▶ **Source information**

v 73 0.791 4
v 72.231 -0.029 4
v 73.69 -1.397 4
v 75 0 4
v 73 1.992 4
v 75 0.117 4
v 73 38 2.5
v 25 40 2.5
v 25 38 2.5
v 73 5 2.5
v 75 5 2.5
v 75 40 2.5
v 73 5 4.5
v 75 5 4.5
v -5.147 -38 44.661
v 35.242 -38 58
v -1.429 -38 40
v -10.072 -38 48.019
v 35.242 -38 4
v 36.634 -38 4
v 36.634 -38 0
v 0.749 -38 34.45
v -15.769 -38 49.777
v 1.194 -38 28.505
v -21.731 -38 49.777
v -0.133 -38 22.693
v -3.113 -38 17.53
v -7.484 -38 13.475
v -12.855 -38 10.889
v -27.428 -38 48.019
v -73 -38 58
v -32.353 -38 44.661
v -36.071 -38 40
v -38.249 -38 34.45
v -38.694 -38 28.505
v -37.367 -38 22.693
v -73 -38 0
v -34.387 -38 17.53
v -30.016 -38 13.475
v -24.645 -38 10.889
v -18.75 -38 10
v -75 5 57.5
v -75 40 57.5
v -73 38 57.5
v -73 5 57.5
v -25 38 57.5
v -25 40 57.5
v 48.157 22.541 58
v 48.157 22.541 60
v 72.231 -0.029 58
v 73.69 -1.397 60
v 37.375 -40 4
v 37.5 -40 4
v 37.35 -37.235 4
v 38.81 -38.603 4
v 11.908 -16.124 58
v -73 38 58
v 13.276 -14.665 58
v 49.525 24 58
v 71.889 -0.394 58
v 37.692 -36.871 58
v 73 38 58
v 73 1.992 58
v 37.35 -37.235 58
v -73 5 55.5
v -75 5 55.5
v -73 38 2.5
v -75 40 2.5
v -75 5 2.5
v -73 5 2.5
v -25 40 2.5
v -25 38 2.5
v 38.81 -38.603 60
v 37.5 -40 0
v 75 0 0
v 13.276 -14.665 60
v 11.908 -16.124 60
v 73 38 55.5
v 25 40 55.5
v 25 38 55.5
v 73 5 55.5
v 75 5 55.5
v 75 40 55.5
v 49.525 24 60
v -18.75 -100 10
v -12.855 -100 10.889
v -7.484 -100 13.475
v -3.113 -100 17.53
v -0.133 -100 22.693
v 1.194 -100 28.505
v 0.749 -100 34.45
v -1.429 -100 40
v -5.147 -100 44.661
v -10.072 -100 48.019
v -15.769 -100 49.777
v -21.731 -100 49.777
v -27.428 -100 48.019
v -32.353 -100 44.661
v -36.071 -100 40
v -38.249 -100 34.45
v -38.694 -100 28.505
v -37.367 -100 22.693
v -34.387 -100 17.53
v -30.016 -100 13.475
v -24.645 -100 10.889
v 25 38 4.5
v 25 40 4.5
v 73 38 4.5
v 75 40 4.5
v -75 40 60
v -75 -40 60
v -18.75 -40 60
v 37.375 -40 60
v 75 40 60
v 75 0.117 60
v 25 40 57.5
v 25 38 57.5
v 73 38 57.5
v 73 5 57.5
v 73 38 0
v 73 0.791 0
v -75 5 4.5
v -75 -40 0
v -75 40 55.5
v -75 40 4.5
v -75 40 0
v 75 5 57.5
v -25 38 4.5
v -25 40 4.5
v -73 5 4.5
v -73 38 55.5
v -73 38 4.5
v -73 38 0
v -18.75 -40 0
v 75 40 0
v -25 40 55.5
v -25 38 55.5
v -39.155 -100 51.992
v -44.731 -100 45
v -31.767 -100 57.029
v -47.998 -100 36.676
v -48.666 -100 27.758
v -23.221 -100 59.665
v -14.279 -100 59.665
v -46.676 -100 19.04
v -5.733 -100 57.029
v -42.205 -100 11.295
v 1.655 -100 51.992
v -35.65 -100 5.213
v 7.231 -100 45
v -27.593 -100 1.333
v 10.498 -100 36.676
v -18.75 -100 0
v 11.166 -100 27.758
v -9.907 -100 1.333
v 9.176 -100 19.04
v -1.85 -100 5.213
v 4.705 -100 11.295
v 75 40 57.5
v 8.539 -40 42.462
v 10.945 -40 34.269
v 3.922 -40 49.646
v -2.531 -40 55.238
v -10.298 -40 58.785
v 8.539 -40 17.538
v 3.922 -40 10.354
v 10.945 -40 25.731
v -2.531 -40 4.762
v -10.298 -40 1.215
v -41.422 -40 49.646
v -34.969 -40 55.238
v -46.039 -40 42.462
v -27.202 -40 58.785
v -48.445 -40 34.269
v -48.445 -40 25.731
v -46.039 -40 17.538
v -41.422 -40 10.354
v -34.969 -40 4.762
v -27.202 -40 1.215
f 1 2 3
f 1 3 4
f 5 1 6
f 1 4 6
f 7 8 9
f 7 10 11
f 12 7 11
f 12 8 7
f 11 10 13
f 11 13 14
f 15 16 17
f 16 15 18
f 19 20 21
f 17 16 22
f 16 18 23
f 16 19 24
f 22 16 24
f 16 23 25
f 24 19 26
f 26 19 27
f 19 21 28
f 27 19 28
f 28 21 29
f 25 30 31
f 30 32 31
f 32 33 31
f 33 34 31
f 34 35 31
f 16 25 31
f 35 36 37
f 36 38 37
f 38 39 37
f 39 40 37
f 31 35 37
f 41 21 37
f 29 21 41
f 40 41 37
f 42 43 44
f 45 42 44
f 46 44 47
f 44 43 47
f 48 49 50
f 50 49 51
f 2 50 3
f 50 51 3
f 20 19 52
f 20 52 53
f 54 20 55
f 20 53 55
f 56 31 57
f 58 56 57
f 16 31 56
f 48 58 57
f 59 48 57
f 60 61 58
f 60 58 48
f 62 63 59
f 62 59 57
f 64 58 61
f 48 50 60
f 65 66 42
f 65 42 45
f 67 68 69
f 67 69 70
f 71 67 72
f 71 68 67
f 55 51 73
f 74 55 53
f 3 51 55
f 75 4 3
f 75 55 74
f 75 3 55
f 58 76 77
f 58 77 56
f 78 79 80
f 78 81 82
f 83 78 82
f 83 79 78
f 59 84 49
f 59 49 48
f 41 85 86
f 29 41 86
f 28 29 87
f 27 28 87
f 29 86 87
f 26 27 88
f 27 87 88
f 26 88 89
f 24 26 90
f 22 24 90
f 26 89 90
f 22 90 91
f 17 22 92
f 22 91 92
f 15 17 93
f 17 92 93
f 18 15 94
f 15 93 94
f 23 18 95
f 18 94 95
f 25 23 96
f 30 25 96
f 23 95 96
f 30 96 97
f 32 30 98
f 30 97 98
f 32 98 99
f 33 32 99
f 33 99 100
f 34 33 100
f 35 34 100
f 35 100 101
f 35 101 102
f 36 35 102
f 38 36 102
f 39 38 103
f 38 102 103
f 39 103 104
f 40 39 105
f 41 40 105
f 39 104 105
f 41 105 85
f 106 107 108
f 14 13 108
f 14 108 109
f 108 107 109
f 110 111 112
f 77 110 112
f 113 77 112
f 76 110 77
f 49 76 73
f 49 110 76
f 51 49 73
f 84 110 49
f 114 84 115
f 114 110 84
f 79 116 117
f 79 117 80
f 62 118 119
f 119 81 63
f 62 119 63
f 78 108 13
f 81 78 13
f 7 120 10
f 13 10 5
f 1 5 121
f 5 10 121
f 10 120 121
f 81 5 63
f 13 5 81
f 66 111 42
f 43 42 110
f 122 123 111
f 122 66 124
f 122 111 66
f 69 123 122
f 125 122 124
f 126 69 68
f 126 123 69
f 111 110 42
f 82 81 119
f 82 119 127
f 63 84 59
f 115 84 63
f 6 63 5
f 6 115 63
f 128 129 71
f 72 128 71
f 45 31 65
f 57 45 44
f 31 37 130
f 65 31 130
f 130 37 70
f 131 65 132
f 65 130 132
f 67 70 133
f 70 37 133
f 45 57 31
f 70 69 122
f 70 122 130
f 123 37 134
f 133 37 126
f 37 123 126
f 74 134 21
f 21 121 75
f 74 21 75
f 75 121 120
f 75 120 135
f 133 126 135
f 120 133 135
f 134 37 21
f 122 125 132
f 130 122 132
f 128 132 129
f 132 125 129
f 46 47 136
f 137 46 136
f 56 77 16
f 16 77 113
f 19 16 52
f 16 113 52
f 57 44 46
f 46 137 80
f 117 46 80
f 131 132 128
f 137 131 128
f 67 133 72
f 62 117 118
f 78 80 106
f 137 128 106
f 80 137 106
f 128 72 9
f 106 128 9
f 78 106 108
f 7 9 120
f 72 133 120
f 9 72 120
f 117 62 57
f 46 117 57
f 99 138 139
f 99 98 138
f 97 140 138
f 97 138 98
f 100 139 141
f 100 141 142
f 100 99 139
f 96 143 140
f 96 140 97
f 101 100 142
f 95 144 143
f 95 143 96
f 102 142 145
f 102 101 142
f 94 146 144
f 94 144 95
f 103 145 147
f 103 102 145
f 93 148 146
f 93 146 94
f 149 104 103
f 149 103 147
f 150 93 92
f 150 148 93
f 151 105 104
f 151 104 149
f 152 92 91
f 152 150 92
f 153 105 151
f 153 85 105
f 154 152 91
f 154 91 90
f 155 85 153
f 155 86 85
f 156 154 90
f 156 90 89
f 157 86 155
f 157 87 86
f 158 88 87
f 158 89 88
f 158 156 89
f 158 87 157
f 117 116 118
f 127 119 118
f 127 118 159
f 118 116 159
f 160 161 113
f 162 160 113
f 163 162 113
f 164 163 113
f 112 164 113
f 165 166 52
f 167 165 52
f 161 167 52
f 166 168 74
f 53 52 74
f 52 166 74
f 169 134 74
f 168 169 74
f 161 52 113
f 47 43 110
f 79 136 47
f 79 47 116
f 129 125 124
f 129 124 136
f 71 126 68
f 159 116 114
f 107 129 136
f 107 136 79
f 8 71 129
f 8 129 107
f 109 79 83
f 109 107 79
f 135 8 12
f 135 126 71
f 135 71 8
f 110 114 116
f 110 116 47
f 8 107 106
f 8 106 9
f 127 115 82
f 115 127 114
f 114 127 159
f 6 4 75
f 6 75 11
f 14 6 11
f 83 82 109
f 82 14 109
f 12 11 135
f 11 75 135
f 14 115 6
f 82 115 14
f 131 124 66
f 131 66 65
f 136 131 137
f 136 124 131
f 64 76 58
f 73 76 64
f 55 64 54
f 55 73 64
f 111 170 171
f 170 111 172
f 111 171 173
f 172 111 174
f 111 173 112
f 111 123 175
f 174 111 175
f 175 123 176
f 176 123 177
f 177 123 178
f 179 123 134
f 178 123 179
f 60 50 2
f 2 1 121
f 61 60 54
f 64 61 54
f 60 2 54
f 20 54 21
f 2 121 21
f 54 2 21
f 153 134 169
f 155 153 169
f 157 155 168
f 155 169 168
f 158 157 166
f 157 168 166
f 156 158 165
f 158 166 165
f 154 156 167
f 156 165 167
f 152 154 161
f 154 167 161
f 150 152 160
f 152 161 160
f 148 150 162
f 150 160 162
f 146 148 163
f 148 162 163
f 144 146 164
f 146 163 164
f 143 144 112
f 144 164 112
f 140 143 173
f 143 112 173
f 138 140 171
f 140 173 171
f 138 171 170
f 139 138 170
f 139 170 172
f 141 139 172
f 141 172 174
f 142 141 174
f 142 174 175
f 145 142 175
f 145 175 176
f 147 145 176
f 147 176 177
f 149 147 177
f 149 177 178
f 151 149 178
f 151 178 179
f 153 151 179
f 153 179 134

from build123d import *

# Parameters (mm, degrees)
SKETCH_1_W           = 150
SKETCH_1_H           = 80
EXTRUDE_1_DEPTH      = 60
CUT_EXTRUDE_2_DEPTH  = 60
SKETCH_3_W           = 50
SKETCH_3_H           = 2
CUT_EXTRUDE_3_DEPTH  = 35
SKETCH_4_W           = 2
SKETCH_4_H           = 50
CUT_EXTRUDE_4_DEPTH  = 35
SKETCH_5_R           = 30
EXTRUDE_2_DEPTH      = 60
CUT_EXTRUDE_5_DEPTH  = 58
SKETCH_7_R           = 20
CUT_EXTRUDE_8_DEPTH  = 62
SKETCH_8_W           = 58.287497292
SKETCH_8_H           = 2
CUT_EXTRUDE_12_DEPTH = 35
SKETCH_10_W          = 2
SKETCH_10_H          = 50
EXTRUDE_6_DEPTH      = 2


with BuildPart() as part:
    # 草图1 → 凸台-拉伸1 (new body)
    with BuildSketch(Plane.XY):
        Rectangle(SKETCH_1_W, SKETCH_1_H)
    extrude(amount=EXTRUDE_1_DEPTH)

    # 草图2 → 切除-拉伸2 (cut)
    with BuildSketch(Plane.XY.offset(60)):
        Polygon((75, 0), (37.5, -40), (75, -40), align=None)
    extrude(amount=-CUT_EXTRUDE_2_DEPTH, mode=Mode.SUBTRACT)

    # 草图3 → 切除-拉伸3 (cut)
    with BuildSketch(Plane(origin=(0, 40, 0), x_dir=(1, 0, 0), z_dir=(0, 1, 0))):
        with Locations((-50, -56.5)):
            Rectangle(SKETCH_3_W, SKETCH_3_H)
        with Locations((-50, -3.5)):
            Rectangle(SKETCH_3_W, SKETCH_3_H)
        with Locations((50, -56.5)):
            Rectangle(SKETCH_3_W, SKETCH_3_H)
        with Locations((50, -3.5)):
            Rectangle(SKETCH_3_W, SKETCH_3_H)
    extrude(amount=-CUT_EXTRUDE_3_DEPTH, mode=Mode.SUBTRACT)

    # 草图4 → 切除-拉伸4 (cut)
    with BuildSketch(Plane(origin=(39.916839917, -37.422037422, 0), x_dir=(0, 0, -1), z_dir=(0.7295372041400852, -0.6839411288813299, 0))):
        with Locations((-3, 23.880944417)):
            Rectangle(SKETCH_4_W, SKETCH_4_H)
        with Locations((-57, 23.880944417)):
            Rectangle(SKETCH_4_W, SKETCH_4_H)
    extrude(amount=-CUT_EXTRUDE_4_DEPTH, mode=Mode.SUBTRACT)

    # 草图5 → 凸台-拉伸2 (add)
    with BuildSketch(Plane.XZ.offset(40)):
        with Locations(Location((-18.75, 30, 0), (0, 0, 270))):
            Circle(SKETCH_5_R)
    extrude(amount=EXTRUDE_2_DEPTH)

    # 草图6 → 切除-拉伸5 (cut)
    with BuildSketch(Plane(origin=(0, 0, 0), x_dir=(-1, 0, 0), z_dir=(0, 0, -1))):
        Polygon((73, -38), (73, 38), (-73, 38), (-73, 0.79089496), (-36.633535975, -38), align=None)
    extrude(amount=-CUT_EXTRUDE_5_DEPTH, mode=Mode.SUBTRACT)

    # 草图7 → 切除-拉伸8 (cut)
    with BuildSketch(Plane.XZ.offset(100)):
        with Locations(Location((-18.75, 30, 0), (0, 0, 270))):
            Circle(SKETCH_7_R)
    extrude(amount=-CUT_EXTRUDE_8_DEPTH, mode=Mode.SUBTRACT)

    # 草图8 → 切除-拉伸12 (cut)
    with BuildSketch(Plane(origin=(39.916839917, -37.422037422, 0), x_dir=(0, 0, -1), z_dir=(0.7295372041400852, -0.6839411288813299, 0))):
        with Locations((-33.143748646, 50.380944417)):
            Rectangle(SKETCH_8_W, SKETCH_8_H)
        with Locations((-33.143748646, -2.619055583)):
            Rectangle(SKETCH_8_W, SKETCH_8_H)
    extrude(amount=-CUT_EXTRUDE_12_DEPTH, mode=Mode.SUBTRACT)

    # 草图10 → 凸台-拉伸6 (add)
    with BuildSketch(Plane(origin=(39.916839917, -37.422037422, 0), x_dir=(0, 0, -1), z_dir=(0.7295372041400852, -0.6839411288813299, 0))):
        with Locations((-57, 23.880944417)):
            Rectangle(SKETCH_10_W, SKETCH_10_H)
        with Locations((-3, 23.880944417)):
            Rectangle(SKETCH_10_W, SKETCH_10_H)
    extrude(amount=-EXTRUDE_6_DEPTH)


solid = part.part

▶ **Problem details**
One stretch of the lines above is wanted, from the line that contains "f 97 138 98" through the line that contains "f 107 136 79". Output it exactly.

▶ **Response to this exercise**
f 97 138 98
f 100 139 141
f 100 141 142
f 100 99 139
f 96 143 140
f 96 140 97
f 101 100 142
f 95 144 143
f 95 143 96
f 102 142 145
f 102 101 142
f 94 146 144
f 94 144 95
f 103 145 147
f 103 102 145
f 93 148 146
f 93 146 94
f 149 104 103
f 149 103 147
f 150 93 92
f 150 148 93
f 151 105 104
f 151 104 149
f 152 92 91
f 152 150 92
f 153 105 151
f 153 85 105
f 154 152 91
f 154 91 90
f 155 85 153
f 155 86 85
f 156 154 90
f 156 90 89
f 157 86 155
f 157 87 86
f 158 88 87
f 158 89 88
f 158 156 89
f 158 87 157
f 117 116 118
f 127 119 118
f 127 118 159
f 118 116 159
f 160 161 113
f 162 160 113
f 163 162 113
f 164 163 113
f 112 164 113
f 165 166 52
f 167 165 52
f 161 167 52
f 166 168 74
f 53 52 74
f 52 166 74
f 169 134 74
f 168 169 74
f 161 52 113
f 47 43 110
f 79 136 47
f 79 47 116
f 129 125 124
f 129 124 136
f 71 126 68
f 159 116 114
f 107 129 136
f 107 136 79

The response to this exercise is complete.